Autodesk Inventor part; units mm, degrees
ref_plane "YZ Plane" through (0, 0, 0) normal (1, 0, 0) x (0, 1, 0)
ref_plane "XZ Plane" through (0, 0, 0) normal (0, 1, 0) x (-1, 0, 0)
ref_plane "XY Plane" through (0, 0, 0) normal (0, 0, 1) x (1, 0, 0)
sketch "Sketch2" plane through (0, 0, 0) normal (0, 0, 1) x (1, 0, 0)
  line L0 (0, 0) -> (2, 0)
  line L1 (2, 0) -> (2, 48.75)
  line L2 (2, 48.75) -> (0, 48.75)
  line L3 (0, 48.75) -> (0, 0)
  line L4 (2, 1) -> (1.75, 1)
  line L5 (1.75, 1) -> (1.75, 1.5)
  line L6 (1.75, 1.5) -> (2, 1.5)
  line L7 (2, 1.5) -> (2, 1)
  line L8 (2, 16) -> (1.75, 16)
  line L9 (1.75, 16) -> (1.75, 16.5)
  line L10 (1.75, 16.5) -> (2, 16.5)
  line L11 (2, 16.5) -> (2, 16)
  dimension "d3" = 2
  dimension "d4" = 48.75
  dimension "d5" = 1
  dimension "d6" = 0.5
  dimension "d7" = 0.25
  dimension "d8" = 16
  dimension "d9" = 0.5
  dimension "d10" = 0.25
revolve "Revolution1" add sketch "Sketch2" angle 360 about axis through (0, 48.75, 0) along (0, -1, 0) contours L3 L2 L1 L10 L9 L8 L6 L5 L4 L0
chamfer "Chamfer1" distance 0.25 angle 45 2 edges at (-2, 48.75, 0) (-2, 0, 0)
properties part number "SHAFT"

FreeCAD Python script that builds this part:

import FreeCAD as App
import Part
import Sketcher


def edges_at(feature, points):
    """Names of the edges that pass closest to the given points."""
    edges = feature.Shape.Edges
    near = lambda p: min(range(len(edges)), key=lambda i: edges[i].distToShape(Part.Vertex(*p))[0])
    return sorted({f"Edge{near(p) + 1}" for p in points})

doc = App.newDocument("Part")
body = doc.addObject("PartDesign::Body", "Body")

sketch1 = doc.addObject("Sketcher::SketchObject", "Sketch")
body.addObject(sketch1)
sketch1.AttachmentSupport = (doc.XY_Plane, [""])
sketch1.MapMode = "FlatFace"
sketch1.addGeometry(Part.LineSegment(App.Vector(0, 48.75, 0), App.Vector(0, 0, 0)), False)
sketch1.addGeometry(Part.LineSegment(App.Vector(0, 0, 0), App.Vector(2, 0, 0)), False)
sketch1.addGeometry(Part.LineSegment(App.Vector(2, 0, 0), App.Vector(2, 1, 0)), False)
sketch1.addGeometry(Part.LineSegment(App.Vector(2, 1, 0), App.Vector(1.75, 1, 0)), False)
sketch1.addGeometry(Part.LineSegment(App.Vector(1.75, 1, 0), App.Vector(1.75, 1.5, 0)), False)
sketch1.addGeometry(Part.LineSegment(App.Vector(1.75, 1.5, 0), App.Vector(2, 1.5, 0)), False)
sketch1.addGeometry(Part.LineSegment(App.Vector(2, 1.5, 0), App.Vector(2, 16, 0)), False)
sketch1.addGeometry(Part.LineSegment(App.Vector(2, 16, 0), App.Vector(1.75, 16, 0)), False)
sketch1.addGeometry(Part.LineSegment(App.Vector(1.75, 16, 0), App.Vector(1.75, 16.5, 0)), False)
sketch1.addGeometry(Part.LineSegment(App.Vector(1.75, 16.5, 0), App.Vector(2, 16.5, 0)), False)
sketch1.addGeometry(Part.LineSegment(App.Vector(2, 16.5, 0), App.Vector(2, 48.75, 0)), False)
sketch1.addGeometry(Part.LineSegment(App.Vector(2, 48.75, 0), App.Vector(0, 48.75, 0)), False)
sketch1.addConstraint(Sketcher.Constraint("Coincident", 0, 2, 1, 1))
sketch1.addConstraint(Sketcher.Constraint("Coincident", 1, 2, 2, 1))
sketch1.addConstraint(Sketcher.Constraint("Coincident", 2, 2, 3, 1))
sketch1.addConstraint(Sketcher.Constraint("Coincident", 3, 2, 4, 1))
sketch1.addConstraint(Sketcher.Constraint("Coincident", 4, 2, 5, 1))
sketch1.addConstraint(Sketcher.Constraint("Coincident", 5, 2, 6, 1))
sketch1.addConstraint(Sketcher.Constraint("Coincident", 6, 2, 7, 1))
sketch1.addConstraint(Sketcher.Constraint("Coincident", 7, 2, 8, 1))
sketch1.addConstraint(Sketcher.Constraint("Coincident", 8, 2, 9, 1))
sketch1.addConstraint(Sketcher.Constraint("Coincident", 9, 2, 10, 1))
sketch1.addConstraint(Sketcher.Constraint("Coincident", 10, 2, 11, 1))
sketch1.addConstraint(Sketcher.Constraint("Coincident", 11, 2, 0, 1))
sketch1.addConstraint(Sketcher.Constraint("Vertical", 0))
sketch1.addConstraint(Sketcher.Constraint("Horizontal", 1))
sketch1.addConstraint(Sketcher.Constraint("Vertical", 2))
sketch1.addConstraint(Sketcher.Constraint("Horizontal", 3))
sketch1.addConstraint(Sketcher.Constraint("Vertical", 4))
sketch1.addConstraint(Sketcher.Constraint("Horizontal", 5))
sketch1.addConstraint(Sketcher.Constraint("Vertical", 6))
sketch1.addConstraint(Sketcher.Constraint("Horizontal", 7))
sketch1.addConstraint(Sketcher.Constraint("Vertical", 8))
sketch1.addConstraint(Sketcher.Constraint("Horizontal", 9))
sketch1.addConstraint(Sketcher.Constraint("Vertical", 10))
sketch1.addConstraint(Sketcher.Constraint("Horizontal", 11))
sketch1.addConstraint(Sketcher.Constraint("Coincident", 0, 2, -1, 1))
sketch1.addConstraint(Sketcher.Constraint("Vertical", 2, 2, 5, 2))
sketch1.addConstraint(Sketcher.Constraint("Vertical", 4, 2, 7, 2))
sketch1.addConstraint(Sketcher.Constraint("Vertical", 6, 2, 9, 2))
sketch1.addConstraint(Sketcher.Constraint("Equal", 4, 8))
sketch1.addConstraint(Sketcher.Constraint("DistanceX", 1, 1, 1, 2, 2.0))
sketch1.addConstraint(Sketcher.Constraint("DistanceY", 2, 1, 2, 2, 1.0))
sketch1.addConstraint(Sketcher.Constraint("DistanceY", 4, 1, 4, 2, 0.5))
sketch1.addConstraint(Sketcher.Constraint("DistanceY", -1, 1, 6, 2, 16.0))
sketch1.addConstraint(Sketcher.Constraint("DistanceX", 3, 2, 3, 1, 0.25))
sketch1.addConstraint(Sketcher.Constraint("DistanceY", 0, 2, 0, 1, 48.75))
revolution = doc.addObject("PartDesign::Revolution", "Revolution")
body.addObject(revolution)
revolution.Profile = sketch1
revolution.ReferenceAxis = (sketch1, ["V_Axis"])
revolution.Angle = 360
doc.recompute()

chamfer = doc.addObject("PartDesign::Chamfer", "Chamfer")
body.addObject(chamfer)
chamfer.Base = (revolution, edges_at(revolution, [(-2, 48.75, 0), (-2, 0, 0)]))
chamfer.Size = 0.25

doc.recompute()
☆ ☆ ☆ ☆ ☆ ☆ ☆
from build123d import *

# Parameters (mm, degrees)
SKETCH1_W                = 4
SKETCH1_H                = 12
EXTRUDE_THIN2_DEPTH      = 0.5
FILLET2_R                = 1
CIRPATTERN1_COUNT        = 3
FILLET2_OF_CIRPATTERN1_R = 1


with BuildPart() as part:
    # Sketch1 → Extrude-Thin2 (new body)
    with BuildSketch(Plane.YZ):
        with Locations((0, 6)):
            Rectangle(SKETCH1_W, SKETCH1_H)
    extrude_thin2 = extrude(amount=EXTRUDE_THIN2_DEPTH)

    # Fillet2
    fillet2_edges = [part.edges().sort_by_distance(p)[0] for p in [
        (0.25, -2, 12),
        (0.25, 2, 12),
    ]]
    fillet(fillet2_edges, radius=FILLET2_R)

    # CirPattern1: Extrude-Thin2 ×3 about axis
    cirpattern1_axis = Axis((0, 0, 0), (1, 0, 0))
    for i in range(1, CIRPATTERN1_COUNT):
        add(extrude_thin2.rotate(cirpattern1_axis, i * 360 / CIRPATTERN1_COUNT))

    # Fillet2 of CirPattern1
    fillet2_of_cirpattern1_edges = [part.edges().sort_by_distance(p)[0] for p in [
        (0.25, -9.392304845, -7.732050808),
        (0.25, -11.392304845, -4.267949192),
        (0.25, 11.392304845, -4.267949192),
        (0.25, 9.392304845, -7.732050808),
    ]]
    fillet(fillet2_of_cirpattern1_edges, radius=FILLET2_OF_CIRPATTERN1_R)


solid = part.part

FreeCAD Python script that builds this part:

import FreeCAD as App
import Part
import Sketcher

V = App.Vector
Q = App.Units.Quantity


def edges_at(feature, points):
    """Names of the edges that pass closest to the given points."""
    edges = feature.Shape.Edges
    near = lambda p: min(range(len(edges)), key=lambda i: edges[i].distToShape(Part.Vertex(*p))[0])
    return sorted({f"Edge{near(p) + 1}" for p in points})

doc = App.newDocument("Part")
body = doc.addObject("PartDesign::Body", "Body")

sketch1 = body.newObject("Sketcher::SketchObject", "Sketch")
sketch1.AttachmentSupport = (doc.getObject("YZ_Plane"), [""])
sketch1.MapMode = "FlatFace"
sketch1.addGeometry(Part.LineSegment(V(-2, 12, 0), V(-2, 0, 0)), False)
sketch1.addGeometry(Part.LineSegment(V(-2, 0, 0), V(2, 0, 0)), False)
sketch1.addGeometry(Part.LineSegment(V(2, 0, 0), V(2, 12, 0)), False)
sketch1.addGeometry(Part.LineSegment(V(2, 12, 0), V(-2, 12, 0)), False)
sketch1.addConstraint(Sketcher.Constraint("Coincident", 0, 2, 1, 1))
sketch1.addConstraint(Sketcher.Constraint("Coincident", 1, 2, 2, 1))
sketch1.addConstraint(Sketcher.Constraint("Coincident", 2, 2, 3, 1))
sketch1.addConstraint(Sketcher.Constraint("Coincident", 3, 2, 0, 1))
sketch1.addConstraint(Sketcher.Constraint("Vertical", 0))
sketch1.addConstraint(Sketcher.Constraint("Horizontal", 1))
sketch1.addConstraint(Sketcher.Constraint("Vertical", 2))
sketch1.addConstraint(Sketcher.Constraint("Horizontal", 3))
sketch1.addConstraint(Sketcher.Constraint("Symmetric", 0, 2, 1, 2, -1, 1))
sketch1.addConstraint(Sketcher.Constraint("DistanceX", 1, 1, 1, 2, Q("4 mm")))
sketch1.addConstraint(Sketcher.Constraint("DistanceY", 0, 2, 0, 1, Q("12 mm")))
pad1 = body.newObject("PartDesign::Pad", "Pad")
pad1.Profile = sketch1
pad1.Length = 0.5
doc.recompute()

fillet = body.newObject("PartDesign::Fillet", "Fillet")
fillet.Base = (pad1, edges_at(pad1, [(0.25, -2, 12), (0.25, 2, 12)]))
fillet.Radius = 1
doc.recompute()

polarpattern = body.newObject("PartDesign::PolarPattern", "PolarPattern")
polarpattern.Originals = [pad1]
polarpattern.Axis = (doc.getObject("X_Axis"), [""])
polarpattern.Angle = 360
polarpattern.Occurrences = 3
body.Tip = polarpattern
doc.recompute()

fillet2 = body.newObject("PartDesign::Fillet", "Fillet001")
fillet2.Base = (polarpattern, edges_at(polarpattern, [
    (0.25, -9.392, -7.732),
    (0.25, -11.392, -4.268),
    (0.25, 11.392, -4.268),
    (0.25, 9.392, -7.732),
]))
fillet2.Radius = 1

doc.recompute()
☆ ☆ ☆ ☆ ☆ ☆ ☆
→ **WORK TASK**:
Find how many lines in the listing contain the word "dimension" and give that count alone.

→ **ANSWER TO THE PROBLEM**:
8